### EXERCISE REQUIREMENTS
Lines with the string "Rectangle" must each be copied from the listing.

### DATA TO PROCESS

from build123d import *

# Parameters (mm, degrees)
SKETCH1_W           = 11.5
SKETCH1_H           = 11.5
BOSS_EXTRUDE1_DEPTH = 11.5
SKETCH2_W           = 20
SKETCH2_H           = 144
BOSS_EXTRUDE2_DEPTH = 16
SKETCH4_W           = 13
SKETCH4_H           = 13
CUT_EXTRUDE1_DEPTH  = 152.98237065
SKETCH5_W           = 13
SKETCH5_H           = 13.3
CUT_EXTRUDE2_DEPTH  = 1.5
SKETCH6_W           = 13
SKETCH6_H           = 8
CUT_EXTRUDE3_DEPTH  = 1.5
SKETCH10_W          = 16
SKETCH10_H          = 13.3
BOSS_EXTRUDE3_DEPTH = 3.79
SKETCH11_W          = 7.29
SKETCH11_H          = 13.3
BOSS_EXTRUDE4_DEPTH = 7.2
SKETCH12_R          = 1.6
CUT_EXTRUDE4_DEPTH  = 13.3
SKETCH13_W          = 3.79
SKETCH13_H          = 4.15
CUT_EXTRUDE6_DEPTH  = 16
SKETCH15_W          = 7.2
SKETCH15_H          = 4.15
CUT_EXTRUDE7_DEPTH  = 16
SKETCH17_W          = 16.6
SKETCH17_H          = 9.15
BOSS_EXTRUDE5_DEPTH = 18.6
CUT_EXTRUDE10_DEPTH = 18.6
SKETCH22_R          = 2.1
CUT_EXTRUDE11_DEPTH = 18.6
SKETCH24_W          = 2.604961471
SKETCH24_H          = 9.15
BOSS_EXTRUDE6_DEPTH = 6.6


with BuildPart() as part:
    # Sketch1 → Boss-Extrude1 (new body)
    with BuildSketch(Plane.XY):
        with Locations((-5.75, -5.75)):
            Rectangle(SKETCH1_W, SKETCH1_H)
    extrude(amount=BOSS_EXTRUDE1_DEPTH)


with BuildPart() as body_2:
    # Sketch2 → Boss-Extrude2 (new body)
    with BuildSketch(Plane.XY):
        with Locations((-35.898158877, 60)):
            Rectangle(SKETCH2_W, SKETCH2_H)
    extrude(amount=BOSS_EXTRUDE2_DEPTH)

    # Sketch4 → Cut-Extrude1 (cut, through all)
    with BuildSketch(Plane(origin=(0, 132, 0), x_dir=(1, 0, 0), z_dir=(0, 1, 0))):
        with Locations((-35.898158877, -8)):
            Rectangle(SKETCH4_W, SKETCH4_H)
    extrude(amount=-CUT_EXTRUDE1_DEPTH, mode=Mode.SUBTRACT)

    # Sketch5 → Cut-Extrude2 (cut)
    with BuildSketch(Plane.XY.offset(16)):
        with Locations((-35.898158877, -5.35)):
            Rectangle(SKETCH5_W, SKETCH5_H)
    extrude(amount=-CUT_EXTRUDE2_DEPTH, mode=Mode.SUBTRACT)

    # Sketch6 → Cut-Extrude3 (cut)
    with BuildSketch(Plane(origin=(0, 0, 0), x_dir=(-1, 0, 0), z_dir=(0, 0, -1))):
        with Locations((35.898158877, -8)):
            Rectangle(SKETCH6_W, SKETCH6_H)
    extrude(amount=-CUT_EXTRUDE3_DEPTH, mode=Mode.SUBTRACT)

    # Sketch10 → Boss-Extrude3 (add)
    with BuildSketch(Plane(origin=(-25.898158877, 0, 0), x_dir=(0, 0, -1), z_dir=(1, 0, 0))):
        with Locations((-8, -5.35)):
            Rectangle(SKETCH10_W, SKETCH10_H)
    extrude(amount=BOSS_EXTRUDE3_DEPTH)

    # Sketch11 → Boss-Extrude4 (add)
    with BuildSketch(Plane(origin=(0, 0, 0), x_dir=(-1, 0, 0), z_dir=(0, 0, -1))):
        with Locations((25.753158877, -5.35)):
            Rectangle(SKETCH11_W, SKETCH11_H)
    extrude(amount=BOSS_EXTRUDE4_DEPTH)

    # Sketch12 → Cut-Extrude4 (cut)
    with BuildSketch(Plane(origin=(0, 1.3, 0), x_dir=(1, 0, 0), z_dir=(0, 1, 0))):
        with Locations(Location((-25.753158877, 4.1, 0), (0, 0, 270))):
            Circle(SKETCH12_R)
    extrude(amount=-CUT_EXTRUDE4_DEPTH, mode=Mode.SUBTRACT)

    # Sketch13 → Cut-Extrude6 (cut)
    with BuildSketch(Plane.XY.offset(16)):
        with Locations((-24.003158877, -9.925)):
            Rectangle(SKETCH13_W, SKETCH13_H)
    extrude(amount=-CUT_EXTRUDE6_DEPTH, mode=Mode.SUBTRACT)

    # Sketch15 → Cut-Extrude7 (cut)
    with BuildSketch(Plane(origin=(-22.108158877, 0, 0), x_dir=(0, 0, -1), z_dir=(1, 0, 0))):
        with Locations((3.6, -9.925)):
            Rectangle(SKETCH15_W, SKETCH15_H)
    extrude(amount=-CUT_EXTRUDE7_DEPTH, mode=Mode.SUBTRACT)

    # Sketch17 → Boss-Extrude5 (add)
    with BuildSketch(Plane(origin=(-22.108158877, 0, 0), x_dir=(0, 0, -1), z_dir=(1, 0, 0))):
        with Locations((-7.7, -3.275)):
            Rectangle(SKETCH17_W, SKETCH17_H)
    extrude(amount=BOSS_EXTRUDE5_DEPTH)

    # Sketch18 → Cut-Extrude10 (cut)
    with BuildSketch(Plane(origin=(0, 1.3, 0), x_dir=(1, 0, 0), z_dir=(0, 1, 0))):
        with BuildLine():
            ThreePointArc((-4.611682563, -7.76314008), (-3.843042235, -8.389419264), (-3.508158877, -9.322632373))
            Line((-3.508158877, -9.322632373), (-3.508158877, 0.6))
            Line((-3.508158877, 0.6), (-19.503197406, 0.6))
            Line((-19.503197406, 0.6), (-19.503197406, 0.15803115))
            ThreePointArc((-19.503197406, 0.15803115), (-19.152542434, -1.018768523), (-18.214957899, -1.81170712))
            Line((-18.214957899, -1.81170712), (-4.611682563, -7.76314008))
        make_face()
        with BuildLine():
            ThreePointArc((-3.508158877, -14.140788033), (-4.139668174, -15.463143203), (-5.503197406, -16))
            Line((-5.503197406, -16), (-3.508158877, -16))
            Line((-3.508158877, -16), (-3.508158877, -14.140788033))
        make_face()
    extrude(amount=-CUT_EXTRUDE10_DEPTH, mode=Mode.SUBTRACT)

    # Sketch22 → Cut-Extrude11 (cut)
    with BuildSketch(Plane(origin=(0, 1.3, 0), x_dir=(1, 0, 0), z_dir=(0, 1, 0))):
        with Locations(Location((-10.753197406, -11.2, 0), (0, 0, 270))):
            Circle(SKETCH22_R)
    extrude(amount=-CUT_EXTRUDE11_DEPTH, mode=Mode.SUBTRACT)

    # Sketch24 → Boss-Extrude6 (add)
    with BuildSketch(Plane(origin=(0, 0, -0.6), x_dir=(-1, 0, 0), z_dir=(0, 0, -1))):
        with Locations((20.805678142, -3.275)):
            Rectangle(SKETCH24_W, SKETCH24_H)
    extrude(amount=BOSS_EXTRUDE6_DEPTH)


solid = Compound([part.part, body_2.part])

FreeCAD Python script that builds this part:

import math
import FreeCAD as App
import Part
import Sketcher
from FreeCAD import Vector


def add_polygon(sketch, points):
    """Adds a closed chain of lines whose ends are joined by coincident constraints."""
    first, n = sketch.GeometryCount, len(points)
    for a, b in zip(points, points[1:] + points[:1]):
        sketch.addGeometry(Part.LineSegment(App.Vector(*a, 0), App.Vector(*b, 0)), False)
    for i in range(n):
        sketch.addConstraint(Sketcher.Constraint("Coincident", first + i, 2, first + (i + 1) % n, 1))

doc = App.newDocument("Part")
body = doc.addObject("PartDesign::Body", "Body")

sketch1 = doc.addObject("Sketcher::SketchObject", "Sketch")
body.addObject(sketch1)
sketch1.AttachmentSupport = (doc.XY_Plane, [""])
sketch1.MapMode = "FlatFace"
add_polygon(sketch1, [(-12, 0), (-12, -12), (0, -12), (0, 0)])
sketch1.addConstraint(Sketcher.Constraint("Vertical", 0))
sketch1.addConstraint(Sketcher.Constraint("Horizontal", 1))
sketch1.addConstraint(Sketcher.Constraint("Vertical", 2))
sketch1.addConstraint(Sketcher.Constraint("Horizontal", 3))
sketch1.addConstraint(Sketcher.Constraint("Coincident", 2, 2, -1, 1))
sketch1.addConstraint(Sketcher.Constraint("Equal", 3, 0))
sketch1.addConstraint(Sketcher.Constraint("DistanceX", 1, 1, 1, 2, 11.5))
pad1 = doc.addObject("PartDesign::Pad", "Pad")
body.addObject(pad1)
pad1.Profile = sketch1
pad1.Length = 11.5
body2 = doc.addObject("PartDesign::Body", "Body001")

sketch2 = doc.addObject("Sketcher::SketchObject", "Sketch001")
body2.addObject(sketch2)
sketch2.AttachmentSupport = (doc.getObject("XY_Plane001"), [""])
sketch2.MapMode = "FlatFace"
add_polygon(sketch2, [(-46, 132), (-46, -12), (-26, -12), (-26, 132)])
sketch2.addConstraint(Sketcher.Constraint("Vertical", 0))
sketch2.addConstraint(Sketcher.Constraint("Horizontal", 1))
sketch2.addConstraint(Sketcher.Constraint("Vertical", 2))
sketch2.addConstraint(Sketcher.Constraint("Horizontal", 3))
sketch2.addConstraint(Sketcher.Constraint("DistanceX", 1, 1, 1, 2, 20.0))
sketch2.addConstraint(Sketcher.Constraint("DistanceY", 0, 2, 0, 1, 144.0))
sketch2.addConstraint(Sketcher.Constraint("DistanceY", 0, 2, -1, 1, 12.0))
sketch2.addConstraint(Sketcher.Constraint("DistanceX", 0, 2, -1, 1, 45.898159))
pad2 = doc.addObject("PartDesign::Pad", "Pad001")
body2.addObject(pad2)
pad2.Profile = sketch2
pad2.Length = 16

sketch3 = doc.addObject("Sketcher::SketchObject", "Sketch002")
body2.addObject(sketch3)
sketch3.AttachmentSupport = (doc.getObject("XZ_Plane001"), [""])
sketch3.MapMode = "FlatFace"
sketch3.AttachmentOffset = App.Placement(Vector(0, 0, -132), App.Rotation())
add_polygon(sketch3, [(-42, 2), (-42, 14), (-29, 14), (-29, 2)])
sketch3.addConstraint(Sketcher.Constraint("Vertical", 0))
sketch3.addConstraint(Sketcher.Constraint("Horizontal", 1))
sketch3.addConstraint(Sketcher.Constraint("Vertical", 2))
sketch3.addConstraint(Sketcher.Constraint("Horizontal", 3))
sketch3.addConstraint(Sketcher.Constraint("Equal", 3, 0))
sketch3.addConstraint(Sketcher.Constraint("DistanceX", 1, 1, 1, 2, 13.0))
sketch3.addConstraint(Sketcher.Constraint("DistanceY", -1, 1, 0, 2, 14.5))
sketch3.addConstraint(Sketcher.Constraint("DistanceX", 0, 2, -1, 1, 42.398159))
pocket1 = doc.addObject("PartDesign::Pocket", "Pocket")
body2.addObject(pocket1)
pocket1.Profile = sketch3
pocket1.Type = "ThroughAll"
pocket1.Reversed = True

### EXPECTED ANSWER
            Rectangle(SKETCH1_W, SKETCH1_H)
            Rectangle(SKETCH2_W, SKETCH2_H)
            Rectangle(SKETCH4_W, SKETCH4_H)
            Rectangle(SKETCH5_W, SKETCH5_H)
            Rectangle(SKETCH6_W, SKETCH6_H)
            Rectangle(SKETCH10_W, SKETCH10_H)
            Rectangle(SKETCH11_W, SKETCH11_H)
            Rectangle(SKETCH13_W, SKETCH13_H)
            Rectangle(SKETCH15_W, SKETCH15_H)
            Rectangle(SKETCH17_W, SKETCH17_H)
            Rectangle(SKETCH24_W, SKETCH24_H)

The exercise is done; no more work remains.